The use of computers as a delivery platform not only enables the development of innovative item types but also facilitates the collection of a broader range of records in log files throughout human-machine interactions. These granular records, often referred to as process data, are typically stored as an ordered sequence of multi-type, time-stamped events. This rich source of data supports the exploration and identification of informative features from problem-solving processes beyond response data. They are used to investigate when and how respondents engage in solving interactive tasks (Goldhammer et al., 2014; He et al., 2021, 2023), to identify test-taking strategies across population subgroups, such as age, gender, and educational attainment (Eichmann et al., 2020; Liao et al., 2019), and to shape future test and item design (Zhang et al., 2023).

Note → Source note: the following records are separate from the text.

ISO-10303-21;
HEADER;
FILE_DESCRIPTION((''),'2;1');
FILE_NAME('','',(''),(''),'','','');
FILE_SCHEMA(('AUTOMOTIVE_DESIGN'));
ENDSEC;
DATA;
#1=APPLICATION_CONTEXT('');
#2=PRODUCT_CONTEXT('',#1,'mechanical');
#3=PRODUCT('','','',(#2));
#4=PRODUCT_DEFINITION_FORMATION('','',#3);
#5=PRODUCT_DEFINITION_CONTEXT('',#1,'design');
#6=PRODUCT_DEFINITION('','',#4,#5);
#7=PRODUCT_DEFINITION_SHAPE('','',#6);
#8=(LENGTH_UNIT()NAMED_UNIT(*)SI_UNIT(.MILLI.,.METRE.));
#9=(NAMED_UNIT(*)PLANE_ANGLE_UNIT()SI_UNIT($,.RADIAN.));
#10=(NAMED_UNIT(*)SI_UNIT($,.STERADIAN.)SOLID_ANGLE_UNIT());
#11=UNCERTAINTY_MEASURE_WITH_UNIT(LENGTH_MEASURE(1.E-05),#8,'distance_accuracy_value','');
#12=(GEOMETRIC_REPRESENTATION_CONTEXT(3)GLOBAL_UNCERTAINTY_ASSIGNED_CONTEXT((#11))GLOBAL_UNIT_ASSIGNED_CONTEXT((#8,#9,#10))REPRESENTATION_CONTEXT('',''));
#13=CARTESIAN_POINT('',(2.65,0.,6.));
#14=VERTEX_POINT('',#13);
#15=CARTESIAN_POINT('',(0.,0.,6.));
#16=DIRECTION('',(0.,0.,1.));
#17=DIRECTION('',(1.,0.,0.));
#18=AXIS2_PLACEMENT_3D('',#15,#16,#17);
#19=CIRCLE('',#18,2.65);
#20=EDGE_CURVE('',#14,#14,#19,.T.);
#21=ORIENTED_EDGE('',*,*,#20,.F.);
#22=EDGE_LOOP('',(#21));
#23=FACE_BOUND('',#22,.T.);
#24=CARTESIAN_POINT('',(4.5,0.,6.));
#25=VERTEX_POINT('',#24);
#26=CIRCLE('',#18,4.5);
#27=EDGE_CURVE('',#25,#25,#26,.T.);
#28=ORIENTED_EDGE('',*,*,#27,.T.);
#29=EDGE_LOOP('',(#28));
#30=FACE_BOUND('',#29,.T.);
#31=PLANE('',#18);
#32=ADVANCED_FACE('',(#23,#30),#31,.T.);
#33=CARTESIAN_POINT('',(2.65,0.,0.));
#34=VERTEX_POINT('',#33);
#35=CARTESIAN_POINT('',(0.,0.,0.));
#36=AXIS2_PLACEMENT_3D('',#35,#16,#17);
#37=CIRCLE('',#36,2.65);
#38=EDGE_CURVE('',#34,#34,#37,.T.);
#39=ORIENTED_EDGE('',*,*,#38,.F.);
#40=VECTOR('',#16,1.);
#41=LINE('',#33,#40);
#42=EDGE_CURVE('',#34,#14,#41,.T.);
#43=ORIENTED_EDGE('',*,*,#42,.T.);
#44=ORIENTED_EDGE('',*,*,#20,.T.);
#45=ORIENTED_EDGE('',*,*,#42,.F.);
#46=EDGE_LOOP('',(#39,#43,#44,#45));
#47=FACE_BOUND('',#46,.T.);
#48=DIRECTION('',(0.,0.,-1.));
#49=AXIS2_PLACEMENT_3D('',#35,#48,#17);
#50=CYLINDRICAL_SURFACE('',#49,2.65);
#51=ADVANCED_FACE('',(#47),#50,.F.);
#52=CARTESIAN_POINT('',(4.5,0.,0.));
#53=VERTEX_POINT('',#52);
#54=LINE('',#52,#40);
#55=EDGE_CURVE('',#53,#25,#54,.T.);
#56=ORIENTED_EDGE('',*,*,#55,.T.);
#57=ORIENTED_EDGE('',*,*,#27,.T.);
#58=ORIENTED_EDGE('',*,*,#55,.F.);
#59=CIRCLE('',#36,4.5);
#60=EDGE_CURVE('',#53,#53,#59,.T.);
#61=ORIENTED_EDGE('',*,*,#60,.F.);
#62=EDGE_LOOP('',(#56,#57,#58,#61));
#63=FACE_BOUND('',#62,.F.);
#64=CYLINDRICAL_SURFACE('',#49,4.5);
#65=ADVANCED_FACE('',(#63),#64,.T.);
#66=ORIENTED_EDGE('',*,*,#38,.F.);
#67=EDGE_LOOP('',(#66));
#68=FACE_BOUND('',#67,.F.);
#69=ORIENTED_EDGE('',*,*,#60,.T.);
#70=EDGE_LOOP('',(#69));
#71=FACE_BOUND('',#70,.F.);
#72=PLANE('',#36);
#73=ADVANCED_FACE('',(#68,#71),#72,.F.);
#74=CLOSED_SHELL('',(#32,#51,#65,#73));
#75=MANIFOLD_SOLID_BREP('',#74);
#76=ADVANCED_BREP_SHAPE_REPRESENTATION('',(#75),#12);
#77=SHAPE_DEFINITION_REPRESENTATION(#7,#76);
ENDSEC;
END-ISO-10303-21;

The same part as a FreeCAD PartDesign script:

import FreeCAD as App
import Part
import Sketcher

doc = App.newDocument("Part")
params = doc.addObject("Spreadsheet::Sheet", "Params")
for row, (alias, value) in enumerate([
    ("sketch1_diameter", "9 mm"),
    ("sketch1_diameter2", "5.3 mm"),
    ("pad1_length", "6 mm"),
], start=1):
    params.set(f"A{row}", alias)
    params.set(f"B{row}", "=" + value)
    params.setAlias(f"B{row}", alias)

body = doc.addObject("PartDesign::Body", "Body")

sketch1 = doc.addObject("Sketcher::SketchObject", "Sketch")
body.addObject(sketch1)
sketch1.AttachmentSupport = (doc.XY_Plane, [""])
sketch1.MapMode = "FlatFace"
sketch1.addGeometry([
    Part.Circle(App.Vector(0, 0, 0), App.Vector(0, 0, 1), 4.5),
    Part.Circle(App.Vector(0, 0, 0), App.Vector(0, 0, 1), 2.6),
], False)
sketch1.addConstraint([
    Sketcher.Constraint("Coincident", 0, 3, -1, 1),
    Sketcher.Constraint("Coincident", 1, 3, -1, 1),
    Sketcher.Constraint("Diameter", 0, 9.0),
    Sketcher.Constraint("Diameter", 1, 5.3),
])
sketch1.setExpression("Constraints[2]", "Params.sketch1_diameter")
sketch1.setExpression("Constraints[3]", "Params.sketch1_diameter2")
pad1 = doc.addObject("PartDesign::Pad", "Pad")
body.addObject(pad1)
pad1.Profile = sketch1
pad1.setExpression("Length", "Params.pad1_length")

doc.recompute()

This training session introduces the fundamental structure and analytic methods of process data, aiming to support the incorporation of response process information in large-scale assessments. The training will combine theoretical instructions on methodologies to analyze process data through sequence-based and feature-based approaches, along with programming code demonstrations, and case study illustrations using process data in Program for the International Assessment of Adult Competencies (PIAAC) and National Assessment of Educational Progress (NAEP).

This training session will be conducted in two sections, focusing on four subtopics: (1) creating and selecting informative features from process data in large-scale assessments, (2) extracting and selecting gram-based features from clickstream sequences, (3) computing sequence distance to identify pairwise sequence similarity and conduct sequence clustering, and (4) identifying and interpreting meaningful patterns from process data. Section 1 will provide an overview of process data structure, preprocessing, and methods for extracting information from process data through sequence mining techniques. Section 2 will introduce feature-based process data analysis, covering how to create and select process variables and integrate content experts’ insights into these variables. Each section will be supported by case studies as illustrations.

This training session will enable participants to understand process data structure, gain basic knowledge about sequence- and feature-based methods for analyzing process data, and how to choose appropriate methods for their own research. All program codes will be included in the training package for participants’ self-learning and further programming needs.